Capaccio Marcello, Gavalas Vasilis G, Meier Mark S, Anthony John E, Bachas Leonidas G
Department of Chemistry and Advanced Carbon Materials Center, University of Kentucky, Lexington, Kentucky 40506-0055, USA.
Bioconjug Chem. 2005 Mar-Apr;16(2):241-4. doi: 10.1021/bc049861d.
A novel biotinylated fullerene has been synthesized to facilitate the attachment of biotin-conjugated proteins to C(60) through the use of streptavidin as a molecular adapter. The strong biotin-streptavidin interaction enables the attachment of fullerenes to streptavidin and, because of the availability of four biotin-binding sites on streptavidin, to biotinylated biomolecules.
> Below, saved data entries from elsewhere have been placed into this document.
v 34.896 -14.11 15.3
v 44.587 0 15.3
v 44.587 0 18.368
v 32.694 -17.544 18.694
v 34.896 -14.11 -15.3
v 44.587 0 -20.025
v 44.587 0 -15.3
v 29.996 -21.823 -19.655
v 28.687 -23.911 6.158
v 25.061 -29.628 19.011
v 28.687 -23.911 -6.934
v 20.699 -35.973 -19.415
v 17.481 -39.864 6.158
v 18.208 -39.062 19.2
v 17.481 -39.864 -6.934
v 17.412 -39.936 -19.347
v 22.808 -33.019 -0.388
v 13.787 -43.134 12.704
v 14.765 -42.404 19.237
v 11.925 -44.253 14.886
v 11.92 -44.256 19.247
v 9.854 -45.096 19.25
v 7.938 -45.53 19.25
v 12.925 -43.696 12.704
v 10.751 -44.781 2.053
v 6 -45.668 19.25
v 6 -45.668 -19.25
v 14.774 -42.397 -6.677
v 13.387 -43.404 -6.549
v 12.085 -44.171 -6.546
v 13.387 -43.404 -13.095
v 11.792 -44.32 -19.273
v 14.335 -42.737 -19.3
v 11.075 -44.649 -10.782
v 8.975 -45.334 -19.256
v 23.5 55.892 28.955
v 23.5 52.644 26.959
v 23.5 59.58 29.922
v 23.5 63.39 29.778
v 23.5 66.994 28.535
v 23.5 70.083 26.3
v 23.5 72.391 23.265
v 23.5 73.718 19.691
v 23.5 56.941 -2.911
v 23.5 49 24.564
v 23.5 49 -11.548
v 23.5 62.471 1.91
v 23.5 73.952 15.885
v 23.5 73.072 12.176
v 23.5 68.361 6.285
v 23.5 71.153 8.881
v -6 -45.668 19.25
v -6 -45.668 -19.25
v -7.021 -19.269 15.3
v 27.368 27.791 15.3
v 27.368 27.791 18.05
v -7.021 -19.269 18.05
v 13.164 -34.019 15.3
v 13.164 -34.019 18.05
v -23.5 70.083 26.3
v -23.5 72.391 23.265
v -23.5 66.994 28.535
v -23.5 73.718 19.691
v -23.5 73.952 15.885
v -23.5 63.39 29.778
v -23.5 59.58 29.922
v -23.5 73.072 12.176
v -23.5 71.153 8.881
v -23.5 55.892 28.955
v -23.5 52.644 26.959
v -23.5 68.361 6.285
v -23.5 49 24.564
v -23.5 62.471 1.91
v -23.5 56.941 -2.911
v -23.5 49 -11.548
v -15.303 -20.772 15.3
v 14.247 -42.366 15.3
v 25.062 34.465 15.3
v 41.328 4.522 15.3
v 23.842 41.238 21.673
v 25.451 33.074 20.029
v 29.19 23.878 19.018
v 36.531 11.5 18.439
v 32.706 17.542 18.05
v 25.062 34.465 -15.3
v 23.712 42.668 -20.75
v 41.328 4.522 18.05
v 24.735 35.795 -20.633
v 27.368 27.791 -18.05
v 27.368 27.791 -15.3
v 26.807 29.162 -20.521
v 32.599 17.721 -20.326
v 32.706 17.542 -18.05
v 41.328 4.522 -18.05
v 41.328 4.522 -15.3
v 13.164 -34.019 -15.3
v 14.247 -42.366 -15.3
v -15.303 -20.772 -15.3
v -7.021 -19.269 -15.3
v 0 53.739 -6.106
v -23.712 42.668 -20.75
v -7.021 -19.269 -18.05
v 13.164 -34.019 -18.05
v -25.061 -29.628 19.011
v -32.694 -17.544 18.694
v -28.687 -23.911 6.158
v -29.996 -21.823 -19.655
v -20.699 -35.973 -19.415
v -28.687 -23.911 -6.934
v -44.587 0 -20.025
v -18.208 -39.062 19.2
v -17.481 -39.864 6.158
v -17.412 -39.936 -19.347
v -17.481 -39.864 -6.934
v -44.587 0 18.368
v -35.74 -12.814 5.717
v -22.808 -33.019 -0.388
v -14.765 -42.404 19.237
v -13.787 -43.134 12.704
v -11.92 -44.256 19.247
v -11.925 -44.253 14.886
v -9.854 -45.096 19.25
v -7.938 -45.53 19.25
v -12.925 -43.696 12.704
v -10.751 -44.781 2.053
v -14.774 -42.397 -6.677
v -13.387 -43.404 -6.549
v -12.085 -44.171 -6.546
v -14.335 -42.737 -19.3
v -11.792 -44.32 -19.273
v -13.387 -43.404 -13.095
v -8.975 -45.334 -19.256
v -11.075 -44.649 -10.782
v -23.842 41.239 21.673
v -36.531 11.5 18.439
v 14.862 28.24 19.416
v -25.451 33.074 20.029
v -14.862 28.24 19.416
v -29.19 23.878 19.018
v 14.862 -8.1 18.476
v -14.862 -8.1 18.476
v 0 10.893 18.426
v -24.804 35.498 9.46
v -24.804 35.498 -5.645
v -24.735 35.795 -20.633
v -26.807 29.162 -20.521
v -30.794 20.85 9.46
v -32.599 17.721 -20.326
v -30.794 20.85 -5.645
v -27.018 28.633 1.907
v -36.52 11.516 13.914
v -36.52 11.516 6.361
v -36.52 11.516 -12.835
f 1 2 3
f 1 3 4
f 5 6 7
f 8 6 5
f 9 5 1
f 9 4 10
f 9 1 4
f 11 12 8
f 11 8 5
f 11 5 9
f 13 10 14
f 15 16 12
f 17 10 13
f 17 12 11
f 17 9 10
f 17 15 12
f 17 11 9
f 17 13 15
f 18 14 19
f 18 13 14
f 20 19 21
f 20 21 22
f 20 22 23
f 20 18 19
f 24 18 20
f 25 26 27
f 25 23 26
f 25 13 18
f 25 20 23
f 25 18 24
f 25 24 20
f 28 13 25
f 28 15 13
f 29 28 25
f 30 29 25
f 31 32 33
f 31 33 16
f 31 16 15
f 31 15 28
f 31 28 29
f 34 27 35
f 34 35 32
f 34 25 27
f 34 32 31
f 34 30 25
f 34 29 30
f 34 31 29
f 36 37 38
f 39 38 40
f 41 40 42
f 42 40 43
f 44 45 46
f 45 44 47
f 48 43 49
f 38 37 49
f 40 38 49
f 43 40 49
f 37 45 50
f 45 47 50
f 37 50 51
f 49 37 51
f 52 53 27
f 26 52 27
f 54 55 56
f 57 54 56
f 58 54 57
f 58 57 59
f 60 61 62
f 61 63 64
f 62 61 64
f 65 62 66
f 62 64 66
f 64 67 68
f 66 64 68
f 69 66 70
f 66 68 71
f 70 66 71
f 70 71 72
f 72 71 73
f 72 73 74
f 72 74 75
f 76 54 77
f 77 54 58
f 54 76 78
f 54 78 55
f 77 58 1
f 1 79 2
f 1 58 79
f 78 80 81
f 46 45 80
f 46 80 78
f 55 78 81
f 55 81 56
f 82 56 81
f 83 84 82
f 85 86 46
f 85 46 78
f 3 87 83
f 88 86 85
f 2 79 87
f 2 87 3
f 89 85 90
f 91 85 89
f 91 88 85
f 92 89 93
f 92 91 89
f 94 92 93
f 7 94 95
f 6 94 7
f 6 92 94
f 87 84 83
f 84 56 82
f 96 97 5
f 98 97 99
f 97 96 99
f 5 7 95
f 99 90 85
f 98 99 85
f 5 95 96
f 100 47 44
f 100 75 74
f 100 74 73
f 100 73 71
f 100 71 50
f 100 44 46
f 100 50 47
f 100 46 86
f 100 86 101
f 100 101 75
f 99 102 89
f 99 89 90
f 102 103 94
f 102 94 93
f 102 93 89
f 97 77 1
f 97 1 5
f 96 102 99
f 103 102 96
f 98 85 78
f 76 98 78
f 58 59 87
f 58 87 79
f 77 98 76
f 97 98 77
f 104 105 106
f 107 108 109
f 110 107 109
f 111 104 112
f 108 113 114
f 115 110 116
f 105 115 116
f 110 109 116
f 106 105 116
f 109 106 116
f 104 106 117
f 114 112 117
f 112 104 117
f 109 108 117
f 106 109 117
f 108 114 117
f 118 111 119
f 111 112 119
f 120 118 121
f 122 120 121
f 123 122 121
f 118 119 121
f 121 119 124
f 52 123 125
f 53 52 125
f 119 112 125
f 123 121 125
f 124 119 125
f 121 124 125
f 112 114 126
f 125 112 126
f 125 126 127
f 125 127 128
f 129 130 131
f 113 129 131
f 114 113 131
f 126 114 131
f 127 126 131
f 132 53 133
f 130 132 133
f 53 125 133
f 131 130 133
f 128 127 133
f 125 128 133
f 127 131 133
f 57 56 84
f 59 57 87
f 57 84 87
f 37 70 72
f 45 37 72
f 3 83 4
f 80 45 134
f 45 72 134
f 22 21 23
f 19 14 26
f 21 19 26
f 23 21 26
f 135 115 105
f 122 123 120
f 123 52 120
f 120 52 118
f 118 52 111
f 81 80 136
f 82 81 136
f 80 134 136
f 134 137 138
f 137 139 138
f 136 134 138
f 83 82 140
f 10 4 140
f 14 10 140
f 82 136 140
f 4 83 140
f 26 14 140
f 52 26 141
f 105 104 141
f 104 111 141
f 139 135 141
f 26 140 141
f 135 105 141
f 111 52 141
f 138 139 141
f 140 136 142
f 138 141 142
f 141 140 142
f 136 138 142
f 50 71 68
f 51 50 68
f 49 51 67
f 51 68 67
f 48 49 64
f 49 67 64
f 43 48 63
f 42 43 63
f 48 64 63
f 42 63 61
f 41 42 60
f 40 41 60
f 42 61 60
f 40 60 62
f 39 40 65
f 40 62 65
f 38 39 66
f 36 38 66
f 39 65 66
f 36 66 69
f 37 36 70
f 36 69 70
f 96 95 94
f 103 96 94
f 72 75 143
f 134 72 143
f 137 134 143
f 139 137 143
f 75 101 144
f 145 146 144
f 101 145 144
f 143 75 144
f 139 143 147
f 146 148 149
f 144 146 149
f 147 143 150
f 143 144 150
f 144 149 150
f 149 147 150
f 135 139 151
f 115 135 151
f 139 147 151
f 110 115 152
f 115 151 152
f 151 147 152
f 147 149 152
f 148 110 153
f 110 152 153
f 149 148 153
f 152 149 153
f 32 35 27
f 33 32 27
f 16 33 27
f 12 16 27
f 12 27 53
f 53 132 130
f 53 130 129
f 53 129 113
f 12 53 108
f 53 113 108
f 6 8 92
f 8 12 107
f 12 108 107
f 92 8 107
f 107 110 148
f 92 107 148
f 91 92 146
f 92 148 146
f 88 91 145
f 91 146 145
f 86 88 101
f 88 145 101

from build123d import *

# Parameters (mm, degrees)
BOSS_EXTRUDE1_DEPTH      = 70
BOSS_EXTRUDE1_DEPTH_BACK = 90
CUT_EXTRUDE1_DEPTH       = 125.755860093
CUT_EXTRUDE1_DEPTH_BACK  = 125.755860093
SKETCH10_OUTSIDE_W       = 205.76
SKETCH10_OUTSIDE_H       = 165.428
CUT_EXTRUDE4_DEPTH       = 6.4
CUT_EXTRUDE4_DEPTH_BACK  = 105.067072527
SKETCH15_W               = 36.6
SKETCH15_H               = 30.6
CUT_EXTRUDE5_DEPTH       = 12.5


with BuildPart() as part:
    # Sketch8 → Boss-Extrude1 (new, two sides: drawn at the far end of the back side and taken through both)
    with BuildSketch(Plane.XY.offset(-BOSS_EXTRUDE1_DEPTH_BACK)):
        with BuildLine():
            Line((-6, -45.667592609), (6, -45.667592609))
            add(Edge.make_bspline(
                [(44.587269323, 0), (24.684424598, -27.160649005), (19.273508518, -45.667592609), (6, -45.667592609)],
                knots=[0, 0, 0, 0, 1, 1, 1, 1], degree=3))
            add(Edge.make_bspline(
                [(23.5, 49), (23.5, 34.38564976), (25.853420885, 25.6357926), (44.587269323, 0)],
                knots=[0, 0, 0, 0, 1, 1, 1, 1], degree=3))
            Line((23.5, 49), (23.5, 74))
            Line((23.5, 74), (-23.5, 74))
            Line((-23.5, 74), (-23.5, 49))
            add(Edge.make_bspline(
                [(-23.5, 49), (-23.5, 34.38564976), (-25.853420885, 25.6357926), (-44.587269323, 0)],
                knots=[0, 0, 0, 0, 1, 1, 1, 1], degree=3))
            add(Edge.make_bspline(
                [(-44.587269323, 0), (-24.684424598, -27.160649005), (-19.273508518, -45.667592609), (-6, -45.667592609)],
                knots=[0, 0, 0, 0, 1, 1, 1, 1], degree=3))
        make_face()
    extrude(amount=BOSS_EXTRUDE1_DEPTH + BOSS_EXTRUDE1_DEPTH_BACK)

    # Sketch10 outside → Cut-Extrude1 (cut, two sides: drawn at the far end of the back side and taken through both)
    with BuildSketch(Plane(origin=(0, 0, 0), x_dir=(0, 0, -1), z_dir=(1, 0, 0)).offset(-CUT_EXTRUDE1_DEPTH_BACK)):
        with Locations((10, 14.166)):
            Rectangle(SKETCH10_OUTSIDE_W, SKETCH10_OUTSIDE_H)
        with BuildLine():
            Line((19.25, -45.667592609), (20.75, 42.667592609))
            add(Edge.make_bspline(
                [(-6.284762028, 68.360956134), (4.979548326, 51.963661564), (20.75, 42.667592609)],
                knots=[0, 0, 0, 1, 1, 1], degree=2))
            ThreePointArc((-6.284762028, 68.360956134), (-24.867699079, 71.348879707), (-26.958577761, 52.643761074))
            add(Edge.make_bspline(
                [(-26.958577761, 52.643761074), (-14.483902489, 37.777022003), (-19.25, -11.054872301), (-19.25, -45.667592609)],
                knots=[0, 0, 0, 0, 1, 1, 1, 1], degree=3))
            Line((-19.25, -45.667592609), (19.25, -45.667592609))
        make_face(mode=Mode.SUBTRACT)
    extrude(amount=CUT_EXTRUDE1_DEPTH + CUT_EXTRUDE1_DEPTH_BACK, mode=Mode.SUBTRACT)

    # l_hip_x_top_room → Cut-Extrude4 (cut, two sides: drawn at the far end of the back side and taken through both)
    with BuildSketch(Plane(origin=(-7.847220638, -10.738301926, 0), x_dir=(-0.807391122257892, 0.5900165893423182, 0), z_dir=(-0.5900165893423182, -0.807391122257892, 0)).offset(-CUT_EXTRUDE4_DEPTH_BACK)):
        Polygon((-5.7, 15.3), (0.1, 15.3), (0.1, -15.3), (-5.7, -15.3), (-5.7, -18.05), (-30.7, -18.05), (-30.7, -15.3), (-36.5, -15.3), (-36.5, 15.3), (-30.7, 15.3), (-30.7, 18.05), (-5.7, 18.05), align=None)
    extrude(amount=CUT_EXTRUDE4_DEPTH + CUT_EXTRUDE4_DEPTH_BACK, mode=Mode.SUBTRACT)

    # Sketch15 → Cut-Extrude5 (cut)
    with BuildSketch(Plane(origin=(-7.847220638, -10.738301926, 0), x_dir=(0.807391122257892, -0.5900165893423182, 0), z_dir=(0.5900165893423182, 0.807391122257892, 0))):
        with Locations((18.2, 0)):
            Rectangle(SKETCH15_W, SKETCH15_H)
    extrude(amount=-CUT_EXTRUDE5_DEPTH, mode=Mode.SUBTRACT)


solid = part.part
The feasibility of this approach is demonstrated by using biotinylated alkaline phosphatase. Due to the insolubility of fullerenes in aqueous media, the immobilized enzyme can be eventually recovered by simple centrifugation with no significant loss in activity.
一种新型生物素化富勒烯已被合成,通过使用链霉亲和素作为分子适配器,促进生物素共轭蛋白与C(60)的连接。生物素与链霉亲和素之间的强相互作用使得富勒烯能够与链霉亲和素连接,并且由于链霉亲和素上有四个生物素结合位点,富勒烯也能够与生物素化生物分子连接。通过使用生物素化碱性磷酸酶证明了该方法的可行性。由于富勒烯在水性介质中不溶,固定化酶最终可通过简单离心回收,且活性无显著损失。